Aaron Lin1,2, Norman Morris3,4, Helen Seale5, Andrew Trotter1, Benjamin Schmitt6, and Wendy Strugnell1,2
1Richard Slaughter Centre of Excellence in Cardiovascular MRI, The Prince Charles Hospital, Brisbane, Australia, 2Menzies Health Institute, Griffith University, Gold Coast, Australia, 3School of Allied Health Sciences and Menzies Health Institute, Griffith University, Gold Coast, Australia, 4Allied Health Research Collaborative, The Prince Charles Hospital, Brisbane, Australia, 5Physiotherapy Department, The Prince Charles Hospital, Brisbane, Australia, 6Siemens Healthineers, Sydney, Australia
Synopsis
Accurate
assessment of left and right ventricular function using cardiac MRI plays an
important role in the management of cardiac diseases. Combined with exercise
stress testing, unveiling of cardiac diseases in the latent phase permits early
initiation of appropriate therapy. Using compressed sensing cardiac MRI, we
demonstrated dynamic quantitative biventricular functional assessment is safe
and highly feasible for clinical utility.
Introduction
Cardiac
magnetic resonance imaging (MRI) is the established
reference standard for assessing biventricular volumes and systolic function at
rest.1 Due
to practical and technical limitations of imaging, clinical cardiac assessment
is conventionally performed with the patient at rest. However, in many cardiac
diseases, symptoms do not occur at rest and ventricular assessment during
exercise is necessary to unmask ventricular dysfunction that is not apparent at
rest. While MRI has superior temporal and spatial resolution
and endocardial definition compared to standard techniques for stress imaging
such as echocardiography and nuclear imaging, standard ECG-gated cine SSFP
imaging is challenging during exercise. Ultra-fast acquisition is required to achieve
full ventricular coverage while maintaining peak heart rate during a short
breath-hold.

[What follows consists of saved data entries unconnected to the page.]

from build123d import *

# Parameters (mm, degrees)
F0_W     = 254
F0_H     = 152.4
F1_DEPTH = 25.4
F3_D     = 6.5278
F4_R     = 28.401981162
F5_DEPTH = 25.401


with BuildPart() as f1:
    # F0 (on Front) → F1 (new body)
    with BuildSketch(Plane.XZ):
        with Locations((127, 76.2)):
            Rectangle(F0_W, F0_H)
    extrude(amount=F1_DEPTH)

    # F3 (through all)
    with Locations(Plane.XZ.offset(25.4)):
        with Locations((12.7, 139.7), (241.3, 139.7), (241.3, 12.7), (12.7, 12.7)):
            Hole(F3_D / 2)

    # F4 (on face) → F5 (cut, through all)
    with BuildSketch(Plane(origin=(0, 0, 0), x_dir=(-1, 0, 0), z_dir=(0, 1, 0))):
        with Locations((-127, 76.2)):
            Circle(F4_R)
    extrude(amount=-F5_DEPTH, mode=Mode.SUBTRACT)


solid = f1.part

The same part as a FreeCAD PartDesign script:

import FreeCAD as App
import Part
import Sketcher
Q = App.Units.Quantity

doc = App.newDocument("Part")
body = doc.addObject("PartDesign::Body", "Body")

sketch1 = doc.addObject("Sketcher::SketchObject", "Sketch")
body.addObject(sketch1)
sketch1.AttachmentSupport = (doc.XZ_Plane, [""])
sketch1.MapMode = "FlatFace"
sketch1.addGeometry(Part.LineSegment(App.Vector(0, 152, 0), App.Vector(0, 0, 0)), False)
sketch1.addGeometry(Part.LineSegment(App.Vector(0, 0, 0), App.Vector(254, 0, 0)), False)
sketch1.addGeometry(Part.LineSegment(App.Vector(254, 0, 0), App.Vector(254, 152, 0)), False)
sketch1.addGeometry(Part.LineSegment(App.Vector(254, 152, 0), App.Vector(0, 152, 0)), False)
sketch1.addConstraint(Sketcher.Constraint("Coincident", 0, 2, 1, 1))
sketch1.addConstraint(Sketcher.Constraint("Coincident", 1, 2, 2, 1))
sketch1.addConstraint(Sketcher.Constraint("Coincident", 2, 2, 3, 1))
sketch1.addConstraint(Sketcher.Constraint("Coincident", 3, 2, 0, 1))
sketch1.addConstraint(Sketcher.Constraint("Vertical", 0))
sketch1.addConstraint(Sketcher.Constraint("Horizontal", 1))
sketch1.addConstraint(Sketcher.Constraint("Vertical", 2))
sketch1.addConstraint(Sketcher.Constraint("Horizontal", 3))
sketch1.addConstraint(Sketcher.Constraint("Coincident", 0, 2, -1, 1))
sketch1.addConstraint(Sketcher.Constraint("DistanceX", 1, 1, 1, 2, Q("10 in")))
sketch1.addConstraint(Sketcher.Constraint("DistanceY", 0, 2, 0, 1, Q("6 in")))
pad1 = doc.addObject("PartDesign::Pad", "Pad")
body.addObject(pad1)
pad1.Profile = sketch1
pad1.Length = Q("1 in")

sketch2 = doc.addObject("Sketcher::SketchObject", "Sketch001")
body.addObject(sketch2)
sketch2.AttachmentSupport = (doc.XZ_Plane, [""])
sketch2.MapMode = "FlatFace"
sketch2.AttachmentOffset = App.Placement(App.Vector(0, 0, 1 * 25.4), App.Rotation())
sketch2.addGeometry(Part.Circle(App.Vector(12.7, 139.7, 0), App.Vector(0, 0, 1), 3.3), False)
sketch2.addGeometry(Part.Circle(App.Vector(241.3, 139.7, 0), App.Vector(0, 0, 1), 3.3), False)
sketch2.addGeometry(Part.Circle(App.Vector(241.3, 12.7, 0), App.Vector(0, 0, 1), 3.3), False)
sketch2.addGeometry(Part.Circle(App.Vector(12.7, 12.7, 0), App.Vector(0, 0, 1), 3.3), False)
sketch2.addConstraint(Sketcher.Constraint("Equal", 0, 1))
sketch2.addConstraint(Sketcher.Constraint("Equal", 1, 2))
sketch2.addConstraint(Sketcher.Constraint("Equal", 2, 3))
sketch2.addConstraint(Sketcher.Constraint("Horizontal", 0, 3, 1, 3))
sketch2.addConstraint(Sketcher.Constraint("Horizontal", 2, 3, 3, 3))
sketch2.addConstraint(Sketcher.Constraint("Vertical", 1, 3, 2, 3))
sketch2.addConstraint(Sketcher.Constraint("Vertical", 0, 3, 3, 3))
sketch2.addConstraint(Sketcher.Constraint("Diameter", 0, Q("0.257 in")))
sketch2.addConstraint(Sketcher.Constraint("DistanceX", 0, 3, 1, 3, Q("9 in")))
sketch2.addConstraint(Sketcher.Constraint("DistanceY", 2, 3, 1, 3, Q("5 in")))
sketch2.addConstraint(Sketcher.Constraint("DistanceX", -1, 1, 0, 3, Q("0.5 in")))
sketch2.addConstraint(Sketcher.Constraint("DistanceY", -1, 1, 0, 3, Q("5.5 in")))
doc.recompute()
hole = doc.addObject("PartDesign::Hole", "Hole")
body.addObject(hole)
hole.Profile = sketch2
hole.ThreadType = "None"
hole.Diameter = Q("0.257 in")
hole.DepthType = "ThroughAll"

sketch3 = doc.addObject("Sketcher::SketchObject", "Sketch002")
body.addObject(sketch3)
sketch3.AttachmentSupport = (doc.XZ_Plane, [""])
sketch3.MapMode = "FlatFace"
sketch3.addGeometry(Part.Circle(App.Vector(127, 76, 0), App.Vector(0, 0, 1), 28), False)
sketch3.addConstraint(Sketcher.Constraint("DistanceX", -1, 1, 0, 3, Q("5 in")))
sketch3.addConstraint(Sketcher.Constraint("DistanceY", -1, 1, 0, 3, Q("3 in")))
sketch3.addConstraint(Sketcher.Constraint("Diameter", 0, 56.803962))
pocket1 = doc.addObject("PartDesign::Pocket", "Pocket")
body.addObject(pocket1)
pocket1.Profile = sketch3
pocket1.Type = "ThroughAll"
pocket1.Reversed = True

doc.recompute()
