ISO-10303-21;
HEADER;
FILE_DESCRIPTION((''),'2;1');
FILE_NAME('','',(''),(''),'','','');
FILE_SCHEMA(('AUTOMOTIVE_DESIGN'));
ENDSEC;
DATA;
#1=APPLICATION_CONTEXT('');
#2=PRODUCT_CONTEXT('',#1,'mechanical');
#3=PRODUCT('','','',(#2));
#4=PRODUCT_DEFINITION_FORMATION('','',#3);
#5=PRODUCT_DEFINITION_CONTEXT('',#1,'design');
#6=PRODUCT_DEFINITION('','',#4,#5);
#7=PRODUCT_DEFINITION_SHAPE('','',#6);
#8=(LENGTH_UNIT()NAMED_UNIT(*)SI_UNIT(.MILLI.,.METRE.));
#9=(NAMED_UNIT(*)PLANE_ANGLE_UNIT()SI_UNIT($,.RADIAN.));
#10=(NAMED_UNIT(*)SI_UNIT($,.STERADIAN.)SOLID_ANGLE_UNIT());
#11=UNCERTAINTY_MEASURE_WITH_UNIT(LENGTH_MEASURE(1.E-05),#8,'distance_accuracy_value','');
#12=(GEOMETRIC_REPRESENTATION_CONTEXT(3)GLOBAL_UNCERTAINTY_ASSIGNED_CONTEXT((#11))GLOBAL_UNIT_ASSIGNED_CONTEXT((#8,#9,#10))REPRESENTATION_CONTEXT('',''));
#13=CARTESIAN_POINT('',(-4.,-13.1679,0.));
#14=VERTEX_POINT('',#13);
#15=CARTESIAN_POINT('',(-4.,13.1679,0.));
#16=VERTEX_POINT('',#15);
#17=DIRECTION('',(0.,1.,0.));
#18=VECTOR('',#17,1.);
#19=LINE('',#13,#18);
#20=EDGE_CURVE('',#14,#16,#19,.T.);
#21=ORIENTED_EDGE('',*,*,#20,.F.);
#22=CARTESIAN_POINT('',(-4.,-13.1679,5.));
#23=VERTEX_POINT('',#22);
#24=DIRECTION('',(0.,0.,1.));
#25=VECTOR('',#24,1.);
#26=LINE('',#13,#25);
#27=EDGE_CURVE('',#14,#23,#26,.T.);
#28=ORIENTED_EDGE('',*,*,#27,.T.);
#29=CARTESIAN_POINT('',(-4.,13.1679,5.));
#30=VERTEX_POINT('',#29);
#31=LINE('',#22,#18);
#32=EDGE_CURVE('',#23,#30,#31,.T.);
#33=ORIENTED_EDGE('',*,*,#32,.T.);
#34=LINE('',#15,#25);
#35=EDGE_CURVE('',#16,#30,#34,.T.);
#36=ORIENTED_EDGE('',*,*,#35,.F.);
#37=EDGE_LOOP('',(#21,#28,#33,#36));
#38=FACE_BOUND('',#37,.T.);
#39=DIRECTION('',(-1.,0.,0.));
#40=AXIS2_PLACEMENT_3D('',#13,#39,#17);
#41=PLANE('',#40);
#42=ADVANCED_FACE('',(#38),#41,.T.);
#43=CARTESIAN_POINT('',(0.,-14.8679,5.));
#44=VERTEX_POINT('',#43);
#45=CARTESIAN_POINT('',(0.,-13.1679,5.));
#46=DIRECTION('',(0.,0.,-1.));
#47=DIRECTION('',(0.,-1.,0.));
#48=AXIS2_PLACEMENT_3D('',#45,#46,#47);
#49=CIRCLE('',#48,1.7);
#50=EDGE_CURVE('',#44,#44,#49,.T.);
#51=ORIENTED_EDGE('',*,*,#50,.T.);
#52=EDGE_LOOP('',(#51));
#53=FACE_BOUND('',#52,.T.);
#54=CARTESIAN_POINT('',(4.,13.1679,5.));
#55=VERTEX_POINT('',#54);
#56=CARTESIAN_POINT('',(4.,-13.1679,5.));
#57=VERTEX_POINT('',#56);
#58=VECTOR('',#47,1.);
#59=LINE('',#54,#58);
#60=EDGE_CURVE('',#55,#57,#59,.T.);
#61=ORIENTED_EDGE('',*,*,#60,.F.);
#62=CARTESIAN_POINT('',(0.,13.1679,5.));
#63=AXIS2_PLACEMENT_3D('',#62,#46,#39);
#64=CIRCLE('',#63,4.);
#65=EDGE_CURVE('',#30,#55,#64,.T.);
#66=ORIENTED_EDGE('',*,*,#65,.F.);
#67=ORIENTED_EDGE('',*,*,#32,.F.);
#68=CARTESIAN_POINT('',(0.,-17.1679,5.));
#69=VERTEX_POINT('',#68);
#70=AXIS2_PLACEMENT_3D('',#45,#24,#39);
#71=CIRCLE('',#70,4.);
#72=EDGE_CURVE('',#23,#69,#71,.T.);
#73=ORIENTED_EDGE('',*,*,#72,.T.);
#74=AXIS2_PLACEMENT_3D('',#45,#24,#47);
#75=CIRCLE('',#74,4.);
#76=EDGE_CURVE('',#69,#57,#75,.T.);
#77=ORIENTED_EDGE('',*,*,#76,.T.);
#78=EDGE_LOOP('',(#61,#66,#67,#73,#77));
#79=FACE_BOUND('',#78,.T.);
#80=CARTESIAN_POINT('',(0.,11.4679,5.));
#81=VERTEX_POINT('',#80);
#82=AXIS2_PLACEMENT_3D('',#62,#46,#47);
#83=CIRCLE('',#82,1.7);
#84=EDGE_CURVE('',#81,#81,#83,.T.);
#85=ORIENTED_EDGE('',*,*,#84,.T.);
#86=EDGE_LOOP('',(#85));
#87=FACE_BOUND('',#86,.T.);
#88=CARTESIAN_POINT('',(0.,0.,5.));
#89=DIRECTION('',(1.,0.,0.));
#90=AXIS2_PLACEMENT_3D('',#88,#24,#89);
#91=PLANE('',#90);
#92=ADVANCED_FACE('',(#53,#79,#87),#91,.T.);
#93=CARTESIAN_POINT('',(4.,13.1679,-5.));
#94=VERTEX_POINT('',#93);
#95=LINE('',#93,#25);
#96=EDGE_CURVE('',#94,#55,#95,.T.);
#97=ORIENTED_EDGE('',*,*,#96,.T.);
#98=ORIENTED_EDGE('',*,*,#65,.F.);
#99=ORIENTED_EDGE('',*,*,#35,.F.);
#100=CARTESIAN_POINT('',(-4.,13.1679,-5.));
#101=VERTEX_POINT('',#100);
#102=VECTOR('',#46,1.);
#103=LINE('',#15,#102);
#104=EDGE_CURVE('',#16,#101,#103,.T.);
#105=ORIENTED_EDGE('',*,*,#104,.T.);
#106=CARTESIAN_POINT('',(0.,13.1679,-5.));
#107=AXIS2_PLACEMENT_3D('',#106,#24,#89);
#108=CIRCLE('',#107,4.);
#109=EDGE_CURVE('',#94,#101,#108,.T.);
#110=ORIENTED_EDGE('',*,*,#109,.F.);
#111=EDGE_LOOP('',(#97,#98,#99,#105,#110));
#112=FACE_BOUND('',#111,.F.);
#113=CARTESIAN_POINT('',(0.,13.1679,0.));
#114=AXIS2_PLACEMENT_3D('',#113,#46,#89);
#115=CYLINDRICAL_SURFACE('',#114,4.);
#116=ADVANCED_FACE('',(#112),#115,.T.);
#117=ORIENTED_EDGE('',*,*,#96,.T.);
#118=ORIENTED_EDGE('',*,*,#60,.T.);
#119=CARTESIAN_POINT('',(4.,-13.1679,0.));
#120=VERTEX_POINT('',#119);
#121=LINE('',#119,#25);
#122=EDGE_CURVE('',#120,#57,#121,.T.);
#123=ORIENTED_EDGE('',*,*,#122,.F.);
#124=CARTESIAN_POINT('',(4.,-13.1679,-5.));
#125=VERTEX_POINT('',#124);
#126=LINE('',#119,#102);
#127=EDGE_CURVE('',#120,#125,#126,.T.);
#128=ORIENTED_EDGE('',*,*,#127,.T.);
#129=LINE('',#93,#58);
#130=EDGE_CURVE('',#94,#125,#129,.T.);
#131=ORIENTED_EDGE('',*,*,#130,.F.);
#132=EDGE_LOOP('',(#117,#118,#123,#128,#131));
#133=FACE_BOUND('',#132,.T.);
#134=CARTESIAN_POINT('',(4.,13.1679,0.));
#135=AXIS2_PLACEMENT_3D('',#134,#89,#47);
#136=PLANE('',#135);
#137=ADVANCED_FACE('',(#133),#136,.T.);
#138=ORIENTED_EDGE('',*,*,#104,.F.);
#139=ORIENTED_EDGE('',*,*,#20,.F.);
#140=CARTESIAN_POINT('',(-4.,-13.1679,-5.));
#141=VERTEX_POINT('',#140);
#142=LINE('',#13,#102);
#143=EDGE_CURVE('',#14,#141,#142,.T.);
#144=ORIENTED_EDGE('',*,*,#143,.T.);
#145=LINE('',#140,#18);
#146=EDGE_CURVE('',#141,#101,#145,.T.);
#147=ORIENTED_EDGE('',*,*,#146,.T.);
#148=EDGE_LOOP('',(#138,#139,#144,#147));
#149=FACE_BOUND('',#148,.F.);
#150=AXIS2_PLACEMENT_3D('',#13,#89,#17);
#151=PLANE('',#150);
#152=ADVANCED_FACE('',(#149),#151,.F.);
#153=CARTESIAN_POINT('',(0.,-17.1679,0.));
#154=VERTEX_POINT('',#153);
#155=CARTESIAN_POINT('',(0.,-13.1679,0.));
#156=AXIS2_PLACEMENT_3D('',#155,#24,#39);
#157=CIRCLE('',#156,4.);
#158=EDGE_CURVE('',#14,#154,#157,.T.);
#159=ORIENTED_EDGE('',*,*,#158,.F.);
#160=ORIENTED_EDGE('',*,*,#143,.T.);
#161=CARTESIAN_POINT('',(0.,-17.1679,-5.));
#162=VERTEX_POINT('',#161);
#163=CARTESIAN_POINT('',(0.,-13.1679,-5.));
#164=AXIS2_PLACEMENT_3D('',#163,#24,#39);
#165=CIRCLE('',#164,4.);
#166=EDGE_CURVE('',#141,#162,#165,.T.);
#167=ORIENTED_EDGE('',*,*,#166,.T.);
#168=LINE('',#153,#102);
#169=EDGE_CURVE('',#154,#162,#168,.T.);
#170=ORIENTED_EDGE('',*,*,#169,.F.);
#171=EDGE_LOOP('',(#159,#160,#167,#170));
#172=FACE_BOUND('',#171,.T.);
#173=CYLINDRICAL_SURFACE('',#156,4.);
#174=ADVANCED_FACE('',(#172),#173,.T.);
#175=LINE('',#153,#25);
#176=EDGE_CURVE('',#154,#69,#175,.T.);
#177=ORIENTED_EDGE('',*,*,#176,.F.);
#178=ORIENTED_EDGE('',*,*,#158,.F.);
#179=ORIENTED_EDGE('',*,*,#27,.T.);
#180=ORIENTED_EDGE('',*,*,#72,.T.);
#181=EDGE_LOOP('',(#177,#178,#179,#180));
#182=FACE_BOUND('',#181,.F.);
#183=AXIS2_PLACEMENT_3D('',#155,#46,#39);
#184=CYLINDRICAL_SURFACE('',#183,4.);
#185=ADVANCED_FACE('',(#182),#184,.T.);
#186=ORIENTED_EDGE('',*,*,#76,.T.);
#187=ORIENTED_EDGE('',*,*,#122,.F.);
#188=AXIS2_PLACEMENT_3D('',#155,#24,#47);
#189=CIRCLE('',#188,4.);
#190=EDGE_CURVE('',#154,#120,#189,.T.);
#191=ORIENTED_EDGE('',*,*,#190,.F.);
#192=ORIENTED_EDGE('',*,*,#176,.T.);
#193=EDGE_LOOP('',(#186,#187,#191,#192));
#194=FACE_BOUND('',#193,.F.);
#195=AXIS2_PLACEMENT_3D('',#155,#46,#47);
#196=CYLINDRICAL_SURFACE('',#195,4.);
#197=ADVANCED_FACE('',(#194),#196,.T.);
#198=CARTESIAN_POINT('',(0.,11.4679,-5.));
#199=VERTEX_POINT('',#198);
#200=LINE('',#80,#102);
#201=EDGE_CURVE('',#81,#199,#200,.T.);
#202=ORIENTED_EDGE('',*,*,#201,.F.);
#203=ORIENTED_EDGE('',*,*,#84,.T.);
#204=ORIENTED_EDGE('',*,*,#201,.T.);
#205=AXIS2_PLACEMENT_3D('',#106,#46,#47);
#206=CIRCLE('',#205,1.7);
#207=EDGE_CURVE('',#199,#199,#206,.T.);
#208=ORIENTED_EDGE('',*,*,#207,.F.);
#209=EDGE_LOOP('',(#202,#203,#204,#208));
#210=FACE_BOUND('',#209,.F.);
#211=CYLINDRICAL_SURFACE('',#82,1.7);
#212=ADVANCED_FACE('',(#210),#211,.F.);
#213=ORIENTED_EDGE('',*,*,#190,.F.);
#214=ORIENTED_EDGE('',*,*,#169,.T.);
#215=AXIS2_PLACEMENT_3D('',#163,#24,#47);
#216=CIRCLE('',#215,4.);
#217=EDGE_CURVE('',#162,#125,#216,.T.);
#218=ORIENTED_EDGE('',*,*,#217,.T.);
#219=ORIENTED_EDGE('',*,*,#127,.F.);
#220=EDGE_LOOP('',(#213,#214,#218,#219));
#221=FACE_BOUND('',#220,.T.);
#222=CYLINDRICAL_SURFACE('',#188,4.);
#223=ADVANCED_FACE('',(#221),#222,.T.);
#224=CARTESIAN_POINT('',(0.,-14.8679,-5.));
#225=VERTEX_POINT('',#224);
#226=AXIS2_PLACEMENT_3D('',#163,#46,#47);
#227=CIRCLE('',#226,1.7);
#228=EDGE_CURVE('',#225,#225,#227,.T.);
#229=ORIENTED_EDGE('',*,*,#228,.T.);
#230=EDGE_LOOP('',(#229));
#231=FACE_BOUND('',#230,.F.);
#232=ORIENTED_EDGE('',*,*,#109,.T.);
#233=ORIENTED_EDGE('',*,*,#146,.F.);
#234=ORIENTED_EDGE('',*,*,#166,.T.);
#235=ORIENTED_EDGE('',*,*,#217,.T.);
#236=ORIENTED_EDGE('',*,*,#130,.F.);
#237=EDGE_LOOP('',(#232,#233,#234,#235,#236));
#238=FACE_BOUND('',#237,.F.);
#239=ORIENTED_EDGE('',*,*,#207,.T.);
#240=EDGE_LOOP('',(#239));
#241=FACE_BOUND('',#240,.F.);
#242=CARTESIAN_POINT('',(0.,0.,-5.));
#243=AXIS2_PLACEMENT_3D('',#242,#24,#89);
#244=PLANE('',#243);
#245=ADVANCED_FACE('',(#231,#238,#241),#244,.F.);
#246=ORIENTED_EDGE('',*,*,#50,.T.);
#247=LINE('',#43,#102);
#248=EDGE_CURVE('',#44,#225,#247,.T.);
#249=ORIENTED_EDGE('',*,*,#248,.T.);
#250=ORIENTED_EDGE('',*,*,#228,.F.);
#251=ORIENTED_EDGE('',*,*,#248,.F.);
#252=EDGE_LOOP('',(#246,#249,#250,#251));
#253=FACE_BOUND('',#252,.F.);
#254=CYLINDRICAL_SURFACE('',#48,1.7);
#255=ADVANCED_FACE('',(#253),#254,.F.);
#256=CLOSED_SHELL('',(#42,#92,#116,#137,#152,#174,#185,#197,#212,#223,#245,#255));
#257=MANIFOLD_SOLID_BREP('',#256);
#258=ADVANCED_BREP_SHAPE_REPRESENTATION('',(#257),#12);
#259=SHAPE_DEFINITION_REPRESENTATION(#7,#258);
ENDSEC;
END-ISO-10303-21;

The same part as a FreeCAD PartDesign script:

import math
import FreeCAD as App
import Part
import Sketcher
Q = App.Units.Quantity

doc = App.newDocument("Part")
body = doc.addObject("PartDesign::Body", "Body")

# Sketch on XY plane
sketch1 = body.newObject("Sketcher::SketchObject", "Sketch")
sketch1.AttachmentSupport = (doc.getObject("XY_Plane"), [""])
sketch1.MapMode = "FlatFace"
sketch1.addGeometry([
    Part.LineSegment(App.Vector(4, -13.2, 0), App.Vector(4, 13.2, 0)),
    Part.ArcOfCircle(Part.Circle(App.Vector(0, 13.2, 0), App.Vector(0, 0, 1), 4), math.radians(0), math.radians(180)),
    Part.LineSegment(App.Vector(-4, 13.2, 0), App.Vector(-4, -13.2, 0)),
    Part.ArcOfCircle(Part.Circle(App.Vector(0, -13.2, 0), App.Vector(0, 0, 1), 4), math.radians(180), math.radians(360)),
], False)
sketch1.addConstraint([
    Sketcher.Constraint("Tangent", 0, 2, 1, 1),
    Sketcher.Constraint("Tangent", 1, 2, 2, 1),
    Sketcher.Constraint("Tangent", 2, 2, 3, 1),
    Sketcher.Constraint("Tangent", 3, 2, 0, 1),
    Sketcher.Constraint("Vertical", 0),
    Sketcher.Constraint("Vertical", 2),
    Sketcher.Constraint("Symmetric", 1, 3, 3, 3, -1, 1),
    Sketcher.Constraint("Radius", 1, Q("4 mm")),
    Sketcher.Constraint("DistanceY", 0, 1, 0, 2, Q("26.3358 mm")),
])
pad1 = body.newObject("PartDesign::Pad", "Pad")
pad1.Profile = sketch1
pad1.Length = 10
pad1.Midplane = True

We
assessed the feasibility of a modified prototype balanced steady-state free
precession cine sequence with compressed sensing (CS_bSSFP) under exercise
conditions in clinical patients and controls.Method
MRI was
performed on a 1.5T scanner (MAGNETOM Aera, Siemens Healthcare, Erlangen,
Germany) using an 18-channel phased array cardiac coil. An electromagnetically
braked MRI cycle ergometer (Lode, Groningen, Netherlands) was used for exercise
ergometry prior to the MRI scan and for subsequent exercise MRI. MRI data were
acquired with a prototype CS_bSSFP at rest and
during exercise. For this approach, coil sensitivity maps were calculated from
the temporal average of the input data in a central region of k-space, and
image data were then reconstructed using a nonlinear iterative reconstruction
with k-t regularization.2 Using incoherent sparse sampling, nonlinear
reconstruction algorithms and iterative
processing, 12-fold acceleration of image acquisition was achieved.3 This enabled whole heart coverage in one or two
breath-holds (5-7s duration depending on heart rate), with in-plane spatial
resolution of 2mm2 and temporal resolution in the order of 20ms. Typical parameters are presented in Table 1.
All patients
underwent an initial maximal cardiopulmonary exercise test (CPET) during supine cycle exercise to determine their maximal workload (workloadmax). Cine
CS_bSSFP images were acquired in the left ventricular (LV) short axis and modified right ventricular (RV)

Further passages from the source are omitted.